**Exercise goal**.
Where a line below includes the word "DIRECTION", copy that line.

**Raw data**.
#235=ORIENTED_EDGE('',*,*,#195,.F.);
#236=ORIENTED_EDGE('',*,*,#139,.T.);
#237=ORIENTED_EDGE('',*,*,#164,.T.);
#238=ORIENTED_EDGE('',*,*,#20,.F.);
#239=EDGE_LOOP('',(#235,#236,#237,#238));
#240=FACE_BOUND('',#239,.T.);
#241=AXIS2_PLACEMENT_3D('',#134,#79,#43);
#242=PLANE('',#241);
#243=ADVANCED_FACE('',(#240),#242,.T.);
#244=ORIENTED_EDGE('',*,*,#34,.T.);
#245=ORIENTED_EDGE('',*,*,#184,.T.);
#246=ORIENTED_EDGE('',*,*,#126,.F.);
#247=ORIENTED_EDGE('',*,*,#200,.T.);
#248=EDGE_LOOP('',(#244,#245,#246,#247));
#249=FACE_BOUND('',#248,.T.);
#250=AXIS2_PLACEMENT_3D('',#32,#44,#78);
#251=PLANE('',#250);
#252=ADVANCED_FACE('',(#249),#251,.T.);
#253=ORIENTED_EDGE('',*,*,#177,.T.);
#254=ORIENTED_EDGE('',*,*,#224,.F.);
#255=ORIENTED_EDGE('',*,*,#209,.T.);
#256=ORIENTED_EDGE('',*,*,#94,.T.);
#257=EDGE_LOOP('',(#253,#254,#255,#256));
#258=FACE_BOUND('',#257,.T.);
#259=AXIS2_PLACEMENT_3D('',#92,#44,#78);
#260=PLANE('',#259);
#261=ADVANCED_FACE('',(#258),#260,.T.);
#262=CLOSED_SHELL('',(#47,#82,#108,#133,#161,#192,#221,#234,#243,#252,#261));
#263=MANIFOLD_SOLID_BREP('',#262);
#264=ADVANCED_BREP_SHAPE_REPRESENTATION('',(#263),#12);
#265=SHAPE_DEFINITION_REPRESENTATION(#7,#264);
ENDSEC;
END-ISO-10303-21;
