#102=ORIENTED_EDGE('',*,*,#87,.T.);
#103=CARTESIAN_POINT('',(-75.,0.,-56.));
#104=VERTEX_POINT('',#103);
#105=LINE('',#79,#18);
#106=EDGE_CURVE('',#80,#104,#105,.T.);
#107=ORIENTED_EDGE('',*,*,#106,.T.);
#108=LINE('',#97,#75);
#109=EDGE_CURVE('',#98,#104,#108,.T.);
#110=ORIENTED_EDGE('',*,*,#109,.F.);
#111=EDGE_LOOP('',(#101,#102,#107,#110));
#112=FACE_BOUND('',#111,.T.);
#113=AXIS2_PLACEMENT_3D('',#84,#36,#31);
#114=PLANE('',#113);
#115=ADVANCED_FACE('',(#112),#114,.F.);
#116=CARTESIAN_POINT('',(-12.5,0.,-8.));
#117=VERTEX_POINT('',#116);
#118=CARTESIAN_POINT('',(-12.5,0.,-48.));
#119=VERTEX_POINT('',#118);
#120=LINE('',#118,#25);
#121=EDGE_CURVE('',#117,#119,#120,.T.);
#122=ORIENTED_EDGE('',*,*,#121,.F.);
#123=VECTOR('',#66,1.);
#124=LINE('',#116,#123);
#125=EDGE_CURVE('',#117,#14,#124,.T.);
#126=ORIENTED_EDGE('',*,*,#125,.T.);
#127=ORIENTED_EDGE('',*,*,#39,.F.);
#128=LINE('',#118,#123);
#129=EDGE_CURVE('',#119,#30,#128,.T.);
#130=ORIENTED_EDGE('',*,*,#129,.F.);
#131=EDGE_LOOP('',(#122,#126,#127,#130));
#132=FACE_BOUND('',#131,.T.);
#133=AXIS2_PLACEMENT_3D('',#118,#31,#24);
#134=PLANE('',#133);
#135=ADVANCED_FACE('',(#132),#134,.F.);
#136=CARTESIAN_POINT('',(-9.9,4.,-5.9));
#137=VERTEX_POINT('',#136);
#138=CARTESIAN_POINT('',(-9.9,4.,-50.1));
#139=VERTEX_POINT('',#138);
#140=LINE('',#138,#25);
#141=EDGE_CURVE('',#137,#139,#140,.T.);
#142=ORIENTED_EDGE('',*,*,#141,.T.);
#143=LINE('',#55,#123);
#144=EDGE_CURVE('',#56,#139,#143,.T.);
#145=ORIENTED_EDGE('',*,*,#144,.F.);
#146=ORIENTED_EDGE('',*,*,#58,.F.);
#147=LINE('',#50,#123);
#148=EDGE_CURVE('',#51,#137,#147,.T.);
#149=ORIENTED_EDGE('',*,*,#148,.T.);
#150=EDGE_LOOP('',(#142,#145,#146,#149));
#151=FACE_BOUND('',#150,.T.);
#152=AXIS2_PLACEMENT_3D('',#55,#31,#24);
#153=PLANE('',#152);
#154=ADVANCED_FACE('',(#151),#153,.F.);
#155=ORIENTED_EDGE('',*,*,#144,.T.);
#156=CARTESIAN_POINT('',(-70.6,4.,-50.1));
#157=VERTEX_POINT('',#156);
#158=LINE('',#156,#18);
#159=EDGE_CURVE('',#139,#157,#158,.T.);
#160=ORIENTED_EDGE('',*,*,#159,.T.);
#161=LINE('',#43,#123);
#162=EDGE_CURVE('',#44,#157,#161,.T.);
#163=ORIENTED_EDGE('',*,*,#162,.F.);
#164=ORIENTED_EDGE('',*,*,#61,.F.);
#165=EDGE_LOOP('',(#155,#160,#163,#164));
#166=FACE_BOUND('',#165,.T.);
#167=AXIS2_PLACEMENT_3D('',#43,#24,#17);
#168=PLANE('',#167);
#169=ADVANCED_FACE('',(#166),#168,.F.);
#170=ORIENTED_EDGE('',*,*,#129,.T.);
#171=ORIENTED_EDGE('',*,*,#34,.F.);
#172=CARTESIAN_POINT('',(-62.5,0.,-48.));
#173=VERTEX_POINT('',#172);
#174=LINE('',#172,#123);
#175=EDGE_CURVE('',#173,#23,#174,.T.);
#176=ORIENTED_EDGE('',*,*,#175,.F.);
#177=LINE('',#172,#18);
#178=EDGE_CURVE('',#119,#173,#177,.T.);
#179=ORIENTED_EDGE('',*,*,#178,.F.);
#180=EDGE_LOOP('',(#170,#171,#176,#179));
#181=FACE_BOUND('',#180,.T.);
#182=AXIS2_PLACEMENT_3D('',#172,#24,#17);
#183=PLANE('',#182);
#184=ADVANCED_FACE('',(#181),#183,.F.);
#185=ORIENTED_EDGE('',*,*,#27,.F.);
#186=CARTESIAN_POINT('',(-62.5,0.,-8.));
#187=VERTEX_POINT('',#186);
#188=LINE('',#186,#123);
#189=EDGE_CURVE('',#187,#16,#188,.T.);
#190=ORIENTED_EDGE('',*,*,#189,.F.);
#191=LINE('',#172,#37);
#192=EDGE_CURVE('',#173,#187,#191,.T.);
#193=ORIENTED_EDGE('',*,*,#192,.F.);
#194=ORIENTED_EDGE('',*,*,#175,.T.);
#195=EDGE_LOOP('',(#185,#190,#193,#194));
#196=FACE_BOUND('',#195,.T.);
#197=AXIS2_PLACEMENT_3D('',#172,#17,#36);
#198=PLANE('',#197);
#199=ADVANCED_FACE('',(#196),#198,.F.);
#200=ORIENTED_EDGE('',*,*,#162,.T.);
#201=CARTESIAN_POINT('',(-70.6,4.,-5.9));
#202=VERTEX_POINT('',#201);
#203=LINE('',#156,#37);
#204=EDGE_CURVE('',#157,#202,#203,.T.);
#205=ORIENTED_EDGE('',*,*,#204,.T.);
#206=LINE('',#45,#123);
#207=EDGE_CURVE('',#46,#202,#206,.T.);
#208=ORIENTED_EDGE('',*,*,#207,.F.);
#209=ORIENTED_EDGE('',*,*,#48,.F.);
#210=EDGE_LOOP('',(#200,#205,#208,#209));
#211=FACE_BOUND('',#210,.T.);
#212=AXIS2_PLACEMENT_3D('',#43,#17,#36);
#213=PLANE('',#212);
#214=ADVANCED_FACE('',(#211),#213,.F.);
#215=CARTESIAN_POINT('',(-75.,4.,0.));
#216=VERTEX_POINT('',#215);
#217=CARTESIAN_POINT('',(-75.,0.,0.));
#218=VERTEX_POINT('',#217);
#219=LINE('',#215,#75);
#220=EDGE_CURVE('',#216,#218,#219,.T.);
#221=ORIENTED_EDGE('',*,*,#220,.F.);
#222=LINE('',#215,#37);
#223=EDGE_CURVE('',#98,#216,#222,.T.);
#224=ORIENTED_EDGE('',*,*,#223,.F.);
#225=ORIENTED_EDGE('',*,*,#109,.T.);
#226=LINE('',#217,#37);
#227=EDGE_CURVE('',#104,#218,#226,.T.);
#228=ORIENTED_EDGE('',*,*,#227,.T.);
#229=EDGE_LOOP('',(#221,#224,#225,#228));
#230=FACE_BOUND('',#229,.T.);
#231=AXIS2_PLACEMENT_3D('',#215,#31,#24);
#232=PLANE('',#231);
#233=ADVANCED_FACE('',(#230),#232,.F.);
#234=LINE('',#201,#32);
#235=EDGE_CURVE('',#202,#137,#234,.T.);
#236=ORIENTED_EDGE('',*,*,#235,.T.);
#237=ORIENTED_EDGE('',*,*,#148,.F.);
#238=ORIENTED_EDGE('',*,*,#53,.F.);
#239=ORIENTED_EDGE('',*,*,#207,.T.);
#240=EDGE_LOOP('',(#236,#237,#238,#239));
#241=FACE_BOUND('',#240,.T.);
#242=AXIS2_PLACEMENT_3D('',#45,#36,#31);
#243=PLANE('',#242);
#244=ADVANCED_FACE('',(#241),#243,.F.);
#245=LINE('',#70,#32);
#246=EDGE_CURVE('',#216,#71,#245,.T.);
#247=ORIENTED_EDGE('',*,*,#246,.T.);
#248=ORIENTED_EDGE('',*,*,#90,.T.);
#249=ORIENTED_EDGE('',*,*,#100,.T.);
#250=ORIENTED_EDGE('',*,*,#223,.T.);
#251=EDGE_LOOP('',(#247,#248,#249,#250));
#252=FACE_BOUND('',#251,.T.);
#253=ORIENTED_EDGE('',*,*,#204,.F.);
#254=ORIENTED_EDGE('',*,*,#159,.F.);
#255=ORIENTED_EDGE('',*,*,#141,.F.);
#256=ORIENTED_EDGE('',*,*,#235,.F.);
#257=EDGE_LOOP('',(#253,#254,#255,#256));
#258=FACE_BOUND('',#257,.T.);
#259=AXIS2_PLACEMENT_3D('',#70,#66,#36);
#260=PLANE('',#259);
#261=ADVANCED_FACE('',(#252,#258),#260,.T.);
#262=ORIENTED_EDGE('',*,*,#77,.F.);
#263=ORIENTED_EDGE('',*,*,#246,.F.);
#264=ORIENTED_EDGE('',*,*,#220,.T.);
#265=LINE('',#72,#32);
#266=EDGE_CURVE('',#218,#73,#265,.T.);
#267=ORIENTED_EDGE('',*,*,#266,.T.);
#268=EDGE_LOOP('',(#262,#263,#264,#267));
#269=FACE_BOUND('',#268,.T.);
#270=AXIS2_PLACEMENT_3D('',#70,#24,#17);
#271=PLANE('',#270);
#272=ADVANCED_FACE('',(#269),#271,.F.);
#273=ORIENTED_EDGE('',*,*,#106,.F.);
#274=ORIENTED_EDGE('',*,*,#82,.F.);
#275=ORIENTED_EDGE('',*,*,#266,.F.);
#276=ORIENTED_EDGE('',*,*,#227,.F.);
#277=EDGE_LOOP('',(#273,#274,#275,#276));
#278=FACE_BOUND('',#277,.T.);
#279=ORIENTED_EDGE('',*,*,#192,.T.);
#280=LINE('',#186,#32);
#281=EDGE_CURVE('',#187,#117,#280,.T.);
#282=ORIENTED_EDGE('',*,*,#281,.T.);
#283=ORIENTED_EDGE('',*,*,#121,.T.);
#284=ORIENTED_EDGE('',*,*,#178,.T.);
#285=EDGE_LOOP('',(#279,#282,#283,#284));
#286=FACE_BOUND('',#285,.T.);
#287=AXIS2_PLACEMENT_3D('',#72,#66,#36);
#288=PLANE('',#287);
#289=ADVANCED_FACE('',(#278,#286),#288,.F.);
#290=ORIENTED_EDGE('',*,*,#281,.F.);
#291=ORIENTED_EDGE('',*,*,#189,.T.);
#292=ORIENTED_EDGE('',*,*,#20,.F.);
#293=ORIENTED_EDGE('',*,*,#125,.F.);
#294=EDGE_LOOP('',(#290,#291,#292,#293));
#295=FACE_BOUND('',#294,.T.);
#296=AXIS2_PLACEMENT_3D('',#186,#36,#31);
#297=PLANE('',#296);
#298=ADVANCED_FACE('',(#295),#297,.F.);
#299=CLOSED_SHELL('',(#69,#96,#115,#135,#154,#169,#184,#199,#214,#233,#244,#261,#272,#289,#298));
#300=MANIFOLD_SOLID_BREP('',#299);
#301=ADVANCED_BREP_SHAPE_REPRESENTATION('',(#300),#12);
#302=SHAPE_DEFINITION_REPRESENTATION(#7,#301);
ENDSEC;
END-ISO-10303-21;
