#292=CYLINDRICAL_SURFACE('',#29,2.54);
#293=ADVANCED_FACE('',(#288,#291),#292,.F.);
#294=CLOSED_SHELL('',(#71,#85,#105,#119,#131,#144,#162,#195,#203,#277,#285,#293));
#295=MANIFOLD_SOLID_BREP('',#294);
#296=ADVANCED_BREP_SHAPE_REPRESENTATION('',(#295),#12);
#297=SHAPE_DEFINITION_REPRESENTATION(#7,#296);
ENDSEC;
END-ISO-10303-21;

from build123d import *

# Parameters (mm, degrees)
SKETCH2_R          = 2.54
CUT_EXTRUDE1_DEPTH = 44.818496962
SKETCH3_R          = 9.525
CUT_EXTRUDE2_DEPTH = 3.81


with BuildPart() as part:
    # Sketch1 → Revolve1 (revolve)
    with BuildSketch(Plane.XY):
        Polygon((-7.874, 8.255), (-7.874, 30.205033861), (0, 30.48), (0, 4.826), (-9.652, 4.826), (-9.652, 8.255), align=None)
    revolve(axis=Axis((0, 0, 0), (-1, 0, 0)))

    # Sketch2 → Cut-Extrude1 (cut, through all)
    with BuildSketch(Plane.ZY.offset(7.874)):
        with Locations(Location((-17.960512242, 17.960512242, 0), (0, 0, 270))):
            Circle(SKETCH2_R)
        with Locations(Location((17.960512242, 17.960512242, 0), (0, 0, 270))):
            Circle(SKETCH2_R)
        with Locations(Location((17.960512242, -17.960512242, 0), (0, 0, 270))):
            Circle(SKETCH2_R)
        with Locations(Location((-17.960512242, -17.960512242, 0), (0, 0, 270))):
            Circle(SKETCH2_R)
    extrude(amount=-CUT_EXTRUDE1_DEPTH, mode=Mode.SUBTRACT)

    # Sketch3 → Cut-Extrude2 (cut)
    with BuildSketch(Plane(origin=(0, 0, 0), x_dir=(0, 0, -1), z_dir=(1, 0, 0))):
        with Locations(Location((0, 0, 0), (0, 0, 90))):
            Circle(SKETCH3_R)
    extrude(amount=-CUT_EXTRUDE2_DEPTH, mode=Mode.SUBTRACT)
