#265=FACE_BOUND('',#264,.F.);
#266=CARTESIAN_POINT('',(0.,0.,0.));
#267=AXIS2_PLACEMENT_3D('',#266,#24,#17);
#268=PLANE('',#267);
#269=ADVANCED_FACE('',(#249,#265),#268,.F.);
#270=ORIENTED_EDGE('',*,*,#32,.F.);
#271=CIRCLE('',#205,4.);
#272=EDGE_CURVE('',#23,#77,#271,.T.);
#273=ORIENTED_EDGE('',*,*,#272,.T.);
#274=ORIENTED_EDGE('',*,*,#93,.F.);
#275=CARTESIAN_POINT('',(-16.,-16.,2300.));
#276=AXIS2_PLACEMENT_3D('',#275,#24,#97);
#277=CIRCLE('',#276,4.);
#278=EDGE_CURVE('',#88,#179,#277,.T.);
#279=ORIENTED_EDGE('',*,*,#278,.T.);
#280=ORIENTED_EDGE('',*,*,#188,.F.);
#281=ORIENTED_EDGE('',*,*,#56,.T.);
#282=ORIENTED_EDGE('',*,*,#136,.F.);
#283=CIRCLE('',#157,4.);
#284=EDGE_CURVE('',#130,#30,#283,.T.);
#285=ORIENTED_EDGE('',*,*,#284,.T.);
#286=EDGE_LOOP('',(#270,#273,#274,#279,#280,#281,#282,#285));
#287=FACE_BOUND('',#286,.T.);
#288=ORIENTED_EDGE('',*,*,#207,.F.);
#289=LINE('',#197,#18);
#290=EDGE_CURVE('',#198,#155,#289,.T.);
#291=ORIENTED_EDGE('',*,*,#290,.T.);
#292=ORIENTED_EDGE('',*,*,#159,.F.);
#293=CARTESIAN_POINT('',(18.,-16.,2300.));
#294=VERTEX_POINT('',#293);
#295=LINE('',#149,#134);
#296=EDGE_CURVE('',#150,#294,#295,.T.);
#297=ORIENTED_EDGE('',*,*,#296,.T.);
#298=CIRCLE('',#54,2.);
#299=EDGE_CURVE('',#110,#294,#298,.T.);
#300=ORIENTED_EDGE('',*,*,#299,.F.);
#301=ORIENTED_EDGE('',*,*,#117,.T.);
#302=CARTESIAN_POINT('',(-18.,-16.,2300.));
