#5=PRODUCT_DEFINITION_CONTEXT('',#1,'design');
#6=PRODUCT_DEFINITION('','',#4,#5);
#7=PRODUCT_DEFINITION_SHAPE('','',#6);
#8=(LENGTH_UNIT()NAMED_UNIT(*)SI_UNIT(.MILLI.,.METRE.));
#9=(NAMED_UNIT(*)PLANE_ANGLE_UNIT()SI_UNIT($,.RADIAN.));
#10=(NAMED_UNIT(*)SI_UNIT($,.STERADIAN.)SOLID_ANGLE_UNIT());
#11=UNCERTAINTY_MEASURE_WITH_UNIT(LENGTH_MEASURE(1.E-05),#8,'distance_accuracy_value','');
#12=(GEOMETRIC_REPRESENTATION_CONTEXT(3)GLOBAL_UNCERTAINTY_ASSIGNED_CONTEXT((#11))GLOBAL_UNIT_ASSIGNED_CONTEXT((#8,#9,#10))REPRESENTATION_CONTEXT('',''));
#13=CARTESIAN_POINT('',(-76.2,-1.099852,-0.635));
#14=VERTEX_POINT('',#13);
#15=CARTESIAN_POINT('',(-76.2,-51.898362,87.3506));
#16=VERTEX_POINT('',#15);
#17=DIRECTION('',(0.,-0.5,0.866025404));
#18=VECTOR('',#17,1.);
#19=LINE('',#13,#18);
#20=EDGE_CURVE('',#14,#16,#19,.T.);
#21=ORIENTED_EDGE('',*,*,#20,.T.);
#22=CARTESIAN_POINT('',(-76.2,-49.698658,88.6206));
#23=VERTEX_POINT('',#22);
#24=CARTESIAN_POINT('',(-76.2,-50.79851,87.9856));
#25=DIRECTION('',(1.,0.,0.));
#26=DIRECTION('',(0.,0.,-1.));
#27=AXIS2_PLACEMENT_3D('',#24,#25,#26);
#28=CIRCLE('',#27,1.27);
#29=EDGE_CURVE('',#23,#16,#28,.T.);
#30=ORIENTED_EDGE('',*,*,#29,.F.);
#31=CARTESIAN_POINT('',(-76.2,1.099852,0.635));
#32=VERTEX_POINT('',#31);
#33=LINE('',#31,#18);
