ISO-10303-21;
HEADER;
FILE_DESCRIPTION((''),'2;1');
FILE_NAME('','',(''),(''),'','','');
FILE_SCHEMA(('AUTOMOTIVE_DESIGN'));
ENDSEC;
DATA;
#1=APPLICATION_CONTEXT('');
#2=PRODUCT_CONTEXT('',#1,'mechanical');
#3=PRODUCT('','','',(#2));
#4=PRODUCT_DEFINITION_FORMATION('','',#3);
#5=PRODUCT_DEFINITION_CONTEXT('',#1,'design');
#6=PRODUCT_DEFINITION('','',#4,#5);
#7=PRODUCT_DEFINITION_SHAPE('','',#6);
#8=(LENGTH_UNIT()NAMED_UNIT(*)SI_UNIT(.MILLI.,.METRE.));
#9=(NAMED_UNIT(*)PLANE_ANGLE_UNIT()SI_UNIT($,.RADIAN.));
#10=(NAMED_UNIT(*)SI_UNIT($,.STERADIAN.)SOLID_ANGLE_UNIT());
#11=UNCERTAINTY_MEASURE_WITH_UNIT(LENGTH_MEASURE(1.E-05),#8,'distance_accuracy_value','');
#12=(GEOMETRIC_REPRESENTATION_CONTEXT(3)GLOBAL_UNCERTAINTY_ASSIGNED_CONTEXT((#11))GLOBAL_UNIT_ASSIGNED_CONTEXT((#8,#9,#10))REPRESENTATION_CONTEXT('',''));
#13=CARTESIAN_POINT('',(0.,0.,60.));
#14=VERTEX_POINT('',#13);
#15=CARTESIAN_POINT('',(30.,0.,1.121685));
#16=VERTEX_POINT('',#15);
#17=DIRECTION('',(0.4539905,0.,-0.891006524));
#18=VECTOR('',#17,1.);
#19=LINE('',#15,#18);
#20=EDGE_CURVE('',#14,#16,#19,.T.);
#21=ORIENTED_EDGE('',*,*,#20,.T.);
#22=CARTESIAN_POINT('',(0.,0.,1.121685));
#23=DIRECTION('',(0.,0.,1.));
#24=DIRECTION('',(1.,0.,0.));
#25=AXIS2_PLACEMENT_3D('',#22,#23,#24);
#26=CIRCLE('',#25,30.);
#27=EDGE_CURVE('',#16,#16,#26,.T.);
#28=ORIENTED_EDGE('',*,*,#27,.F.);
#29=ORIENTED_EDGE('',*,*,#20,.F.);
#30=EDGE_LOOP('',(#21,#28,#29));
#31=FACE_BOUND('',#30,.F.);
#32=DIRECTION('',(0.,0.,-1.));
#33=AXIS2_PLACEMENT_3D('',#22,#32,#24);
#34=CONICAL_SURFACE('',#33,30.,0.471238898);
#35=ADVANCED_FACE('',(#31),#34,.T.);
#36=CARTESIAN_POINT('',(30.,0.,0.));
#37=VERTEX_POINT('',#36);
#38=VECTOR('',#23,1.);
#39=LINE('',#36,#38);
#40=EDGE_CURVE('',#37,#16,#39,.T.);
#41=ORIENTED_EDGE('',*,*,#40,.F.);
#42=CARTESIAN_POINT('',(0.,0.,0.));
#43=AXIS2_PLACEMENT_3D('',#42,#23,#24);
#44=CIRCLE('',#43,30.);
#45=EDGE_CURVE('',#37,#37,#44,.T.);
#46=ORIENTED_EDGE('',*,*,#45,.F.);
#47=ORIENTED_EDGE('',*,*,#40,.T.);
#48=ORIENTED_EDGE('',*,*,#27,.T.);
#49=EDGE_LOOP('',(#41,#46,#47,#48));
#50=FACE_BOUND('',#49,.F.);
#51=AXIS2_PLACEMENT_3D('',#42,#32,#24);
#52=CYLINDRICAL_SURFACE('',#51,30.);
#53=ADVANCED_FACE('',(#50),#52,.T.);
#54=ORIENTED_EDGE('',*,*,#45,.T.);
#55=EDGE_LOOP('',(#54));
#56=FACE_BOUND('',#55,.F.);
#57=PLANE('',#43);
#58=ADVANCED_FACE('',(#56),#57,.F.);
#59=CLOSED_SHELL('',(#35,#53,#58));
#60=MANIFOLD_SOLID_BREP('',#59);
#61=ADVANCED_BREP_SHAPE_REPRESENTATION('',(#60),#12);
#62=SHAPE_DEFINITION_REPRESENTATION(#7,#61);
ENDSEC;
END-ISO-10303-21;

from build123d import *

# Parameters (mm, degrees)
F0_R     = 30
F1_DEPTH = 60
F2_SIZE2 = 58.8783151652
F2_SIZE  = 30


with BuildPart() as f1:
    # F0 (on Top) → F1 (new body)
    with BuildSketch(Plane.XY):
        Circle(F0_R)
    extrude(amount=F1_DEPTH)

    # F2
    f2_edges = [f1.edges().sort_by_distance(p)[0] for p in [
        (-30, 0, 60),
    ]]
    f2_side = f1.faces().sort_by_distance((0, 0, 60))[0]
    chamfer(f2_edges, length=F2_SIZE, length2=F2_SIZE2, reference=f2_side)


solid = f1.part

**Answer below**.
#17=DIRECTION('',(0.,-0.5,0.866025404));
#25=DIRECTION('',(1.,0.,0.));
#26=DIRECTION('',(0.,0.,-1.));
#17=DIRECTION('',(0.4539905,0.,-0.891006524));
#23=DIRECTION('',(0.,0.,1.));
#24=DIRECTION('',(1.,0.,0.));
#32=DIRECTION('',(0.,0.,-1.));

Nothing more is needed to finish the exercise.